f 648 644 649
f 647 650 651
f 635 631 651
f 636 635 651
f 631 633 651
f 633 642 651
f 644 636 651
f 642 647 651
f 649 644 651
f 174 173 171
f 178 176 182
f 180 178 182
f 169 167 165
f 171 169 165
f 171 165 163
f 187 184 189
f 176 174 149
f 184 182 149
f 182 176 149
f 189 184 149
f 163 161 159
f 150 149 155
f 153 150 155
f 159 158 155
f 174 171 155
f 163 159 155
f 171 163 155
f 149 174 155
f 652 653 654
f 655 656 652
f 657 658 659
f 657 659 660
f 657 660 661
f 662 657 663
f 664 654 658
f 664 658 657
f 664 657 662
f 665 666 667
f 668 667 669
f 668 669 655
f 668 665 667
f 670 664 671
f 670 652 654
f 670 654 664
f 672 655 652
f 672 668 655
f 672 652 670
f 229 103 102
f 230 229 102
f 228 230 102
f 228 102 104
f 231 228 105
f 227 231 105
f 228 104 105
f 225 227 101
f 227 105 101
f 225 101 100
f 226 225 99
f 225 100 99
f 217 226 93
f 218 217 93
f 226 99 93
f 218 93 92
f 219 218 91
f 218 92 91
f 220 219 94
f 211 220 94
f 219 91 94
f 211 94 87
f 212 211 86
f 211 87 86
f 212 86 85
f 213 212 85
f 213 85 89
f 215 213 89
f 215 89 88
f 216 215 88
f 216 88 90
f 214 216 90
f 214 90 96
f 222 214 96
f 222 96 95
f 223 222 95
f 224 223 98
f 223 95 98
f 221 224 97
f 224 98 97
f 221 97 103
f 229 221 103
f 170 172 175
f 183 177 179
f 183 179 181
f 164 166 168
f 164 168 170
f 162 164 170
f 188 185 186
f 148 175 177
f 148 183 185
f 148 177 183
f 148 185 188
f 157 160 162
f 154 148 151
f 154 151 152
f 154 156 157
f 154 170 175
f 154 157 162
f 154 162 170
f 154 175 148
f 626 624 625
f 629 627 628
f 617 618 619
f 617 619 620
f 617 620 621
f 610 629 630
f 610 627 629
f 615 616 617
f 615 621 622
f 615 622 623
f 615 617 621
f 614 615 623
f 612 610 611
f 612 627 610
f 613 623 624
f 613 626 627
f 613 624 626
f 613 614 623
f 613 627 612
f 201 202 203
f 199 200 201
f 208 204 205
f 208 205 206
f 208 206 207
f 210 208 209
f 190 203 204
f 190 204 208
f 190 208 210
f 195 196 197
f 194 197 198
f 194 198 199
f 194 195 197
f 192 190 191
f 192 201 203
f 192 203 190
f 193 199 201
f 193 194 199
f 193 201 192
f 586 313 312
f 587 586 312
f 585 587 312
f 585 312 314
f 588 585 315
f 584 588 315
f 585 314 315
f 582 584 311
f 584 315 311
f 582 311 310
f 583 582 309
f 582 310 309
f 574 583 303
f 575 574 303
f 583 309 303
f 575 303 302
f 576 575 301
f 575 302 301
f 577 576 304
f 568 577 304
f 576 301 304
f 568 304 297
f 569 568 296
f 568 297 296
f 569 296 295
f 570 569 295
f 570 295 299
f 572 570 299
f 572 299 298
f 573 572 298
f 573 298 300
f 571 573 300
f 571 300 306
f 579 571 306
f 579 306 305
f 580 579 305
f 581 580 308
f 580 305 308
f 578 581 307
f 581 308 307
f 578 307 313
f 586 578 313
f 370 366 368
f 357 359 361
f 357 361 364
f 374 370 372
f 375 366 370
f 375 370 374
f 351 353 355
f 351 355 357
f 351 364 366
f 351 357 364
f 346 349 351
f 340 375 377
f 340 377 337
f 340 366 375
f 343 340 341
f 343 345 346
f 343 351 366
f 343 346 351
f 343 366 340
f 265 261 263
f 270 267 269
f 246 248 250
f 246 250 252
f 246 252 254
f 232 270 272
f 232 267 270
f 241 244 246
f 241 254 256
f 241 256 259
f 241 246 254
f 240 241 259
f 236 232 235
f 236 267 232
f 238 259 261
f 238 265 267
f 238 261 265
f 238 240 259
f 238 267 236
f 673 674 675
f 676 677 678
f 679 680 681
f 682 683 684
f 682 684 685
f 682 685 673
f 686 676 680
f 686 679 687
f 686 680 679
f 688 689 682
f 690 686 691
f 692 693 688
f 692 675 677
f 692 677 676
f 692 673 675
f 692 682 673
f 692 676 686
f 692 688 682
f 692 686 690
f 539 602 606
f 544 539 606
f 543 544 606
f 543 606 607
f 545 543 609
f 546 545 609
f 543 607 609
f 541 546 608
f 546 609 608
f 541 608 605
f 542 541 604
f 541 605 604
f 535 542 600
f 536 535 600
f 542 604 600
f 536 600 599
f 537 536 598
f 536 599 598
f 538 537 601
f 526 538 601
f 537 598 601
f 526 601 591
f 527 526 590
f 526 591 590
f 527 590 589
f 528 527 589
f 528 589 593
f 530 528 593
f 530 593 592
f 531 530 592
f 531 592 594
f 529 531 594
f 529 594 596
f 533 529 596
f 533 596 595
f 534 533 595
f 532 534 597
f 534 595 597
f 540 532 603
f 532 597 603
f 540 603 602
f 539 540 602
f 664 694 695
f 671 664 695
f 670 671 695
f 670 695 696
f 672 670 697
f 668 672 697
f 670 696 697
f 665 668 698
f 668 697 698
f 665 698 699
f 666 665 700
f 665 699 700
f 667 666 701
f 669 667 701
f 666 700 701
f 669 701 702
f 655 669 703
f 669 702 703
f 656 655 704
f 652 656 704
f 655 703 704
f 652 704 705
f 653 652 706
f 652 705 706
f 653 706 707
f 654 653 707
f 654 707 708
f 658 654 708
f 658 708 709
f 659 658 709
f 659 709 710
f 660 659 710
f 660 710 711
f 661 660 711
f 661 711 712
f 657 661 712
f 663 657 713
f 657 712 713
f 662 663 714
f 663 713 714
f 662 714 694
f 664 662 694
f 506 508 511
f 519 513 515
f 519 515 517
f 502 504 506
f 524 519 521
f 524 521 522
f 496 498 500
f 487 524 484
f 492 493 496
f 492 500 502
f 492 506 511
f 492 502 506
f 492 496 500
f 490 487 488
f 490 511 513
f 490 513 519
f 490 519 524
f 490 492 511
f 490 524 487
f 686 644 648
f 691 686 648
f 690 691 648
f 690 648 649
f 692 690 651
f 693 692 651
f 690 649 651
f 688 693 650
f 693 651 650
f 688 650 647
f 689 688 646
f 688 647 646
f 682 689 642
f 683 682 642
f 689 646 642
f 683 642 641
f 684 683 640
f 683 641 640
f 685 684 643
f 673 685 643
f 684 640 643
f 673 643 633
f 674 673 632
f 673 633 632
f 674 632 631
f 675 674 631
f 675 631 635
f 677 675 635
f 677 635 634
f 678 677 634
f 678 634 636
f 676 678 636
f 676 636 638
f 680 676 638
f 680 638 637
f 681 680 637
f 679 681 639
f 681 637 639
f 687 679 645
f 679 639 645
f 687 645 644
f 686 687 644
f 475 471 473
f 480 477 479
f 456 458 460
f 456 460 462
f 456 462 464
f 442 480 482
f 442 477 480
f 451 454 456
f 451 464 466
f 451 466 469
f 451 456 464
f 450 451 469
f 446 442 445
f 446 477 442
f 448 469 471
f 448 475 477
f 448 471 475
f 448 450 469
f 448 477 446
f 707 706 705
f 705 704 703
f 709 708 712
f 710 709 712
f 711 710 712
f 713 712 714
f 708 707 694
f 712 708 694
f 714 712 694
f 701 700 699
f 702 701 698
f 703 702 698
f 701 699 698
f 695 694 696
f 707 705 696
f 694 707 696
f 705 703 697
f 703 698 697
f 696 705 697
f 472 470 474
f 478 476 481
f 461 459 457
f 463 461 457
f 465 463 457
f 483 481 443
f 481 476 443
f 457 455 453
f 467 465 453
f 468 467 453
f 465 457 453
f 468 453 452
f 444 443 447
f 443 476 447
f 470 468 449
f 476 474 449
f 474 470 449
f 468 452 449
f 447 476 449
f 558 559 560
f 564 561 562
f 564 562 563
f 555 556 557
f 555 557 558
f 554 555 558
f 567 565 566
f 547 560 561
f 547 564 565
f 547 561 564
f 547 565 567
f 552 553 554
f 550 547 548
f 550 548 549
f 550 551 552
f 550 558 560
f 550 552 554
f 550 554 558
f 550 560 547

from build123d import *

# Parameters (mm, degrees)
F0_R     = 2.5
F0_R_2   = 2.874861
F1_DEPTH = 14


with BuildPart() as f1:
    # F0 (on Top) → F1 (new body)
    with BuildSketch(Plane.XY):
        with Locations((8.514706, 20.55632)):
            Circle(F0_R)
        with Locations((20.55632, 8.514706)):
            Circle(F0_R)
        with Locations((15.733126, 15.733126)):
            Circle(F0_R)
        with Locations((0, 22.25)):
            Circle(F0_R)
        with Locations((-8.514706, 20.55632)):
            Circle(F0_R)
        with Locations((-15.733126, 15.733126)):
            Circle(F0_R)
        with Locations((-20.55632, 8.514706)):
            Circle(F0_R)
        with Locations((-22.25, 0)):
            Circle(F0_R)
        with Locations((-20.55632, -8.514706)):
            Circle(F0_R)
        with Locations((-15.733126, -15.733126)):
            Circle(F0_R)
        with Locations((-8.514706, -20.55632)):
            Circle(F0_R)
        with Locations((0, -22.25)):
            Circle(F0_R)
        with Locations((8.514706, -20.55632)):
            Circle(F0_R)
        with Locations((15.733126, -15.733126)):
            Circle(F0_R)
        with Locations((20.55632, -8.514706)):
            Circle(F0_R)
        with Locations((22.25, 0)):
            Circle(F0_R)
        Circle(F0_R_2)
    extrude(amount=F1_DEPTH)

**Work task**
Quote exactly the stretch of lines above that starts at the first one and ends at the line with "f 585 587 312", and nothing beyond it.

**Answer box**
f 648 644 649
f 647 650 651
f 635 631 651
f 636 635 651
f 631 633 651
f 633 642 651
f 644 636 651
f 642 647 651
f 649 644 651
f 174 173 171
f 178 176 182
f 180 178 182
f 169 167 165
f 171 169 165
f 171 165 163
f 187 184 189
f 176 174 149
f 184 182 149
f 182 176 149
f 189 184 149
f 163 161 159
f 150 149 155
f 153 150 155
f 159 158 155
f 174 171 155
f 163 159 155
f 171 163 155
f 149 174 155
f 652 653 654
f 655 656 652
f 657 658 659
f 657 659 660
f 657 660 661
f 662 657 663
f 664 654 658
f 664 658 657
f 664 657 662
f 665 666 667
f 668 667 669
f 668 669 655
f 668 665 667
f 670 664 671
f 670 652 654
f 670 654 664
f 672 655 652
f 672 668 655
f 672 652 670
f 229 103 102
f 230 229 102
f 228 230 102
f 228 102 104
f 231 228 105
f 227 231 105
f 228 104 105
f 225 227 101
f 227 105 101
f 225 101 100
f 226 225 99
f 225 100 99
f 217 226 93
f 218 217 93
f 226 99 93
f 218 93 92
f 219 218 91
f 218 92 91
f 220 219 94
f 211 220 94
f 219 91 94
f 211 94 87
f 212 211 86
f 211 87 86
f 212 86 85
f 213 212 85
f 213 85 89
f 215 213 89
f 215 89 88
f 216 215 88
f 216 88 90
f 214 216 90
f 214 90 96
f 222 214 96
f 222 96 95
f 223 222 95
f 224 223 98
f 223 95 98
f 221 224 97
f 224 98 97
f 221 97 103
f 229 221 103
f 170 172 175
f 183 177 179
f 183 179 181
f 164 166 168
f 164 168 170
f 162 164 170
f 188 185 186
f 148 175 177
f 148 183 185
f 148 177 183
f 148 185 188
f 157 160 162
f 154 148 151
f 154 151 152
f 154 156 157
f 154 170 175
f 154 157 162
f 154 162 170
f 154 175 148
f 626 624 625
f 629 627 628
f 617 618 619
f 617 619 620
f 617 620 621
f 610 629 630
f 610 627 629
f 615 616 617
f 615 621 622
f 615 622 623
f 615 617 621
f 614 615 623
f 612 610 611
f 612 627 610
f 613 623 624
f 613 626 627
f 613 624 626
f 613 614 623
f 613 627 612
f 201 202 203
f 199 200 201
f 208 204 205
f 208 205 206
f 208 206 207
f 210 208 209
f 190 203 204
f 190 204 208
f 190 208 210
f 195 196 197
f 194 197 198
f 194 198 199
f 194 195 197
f 192 190 191
f 192 201 203
f 192 203 190
f 193 199 201
f 193 194 199
f 193 201 192
f 586 313 312
f 587 586 312
f 585 587 312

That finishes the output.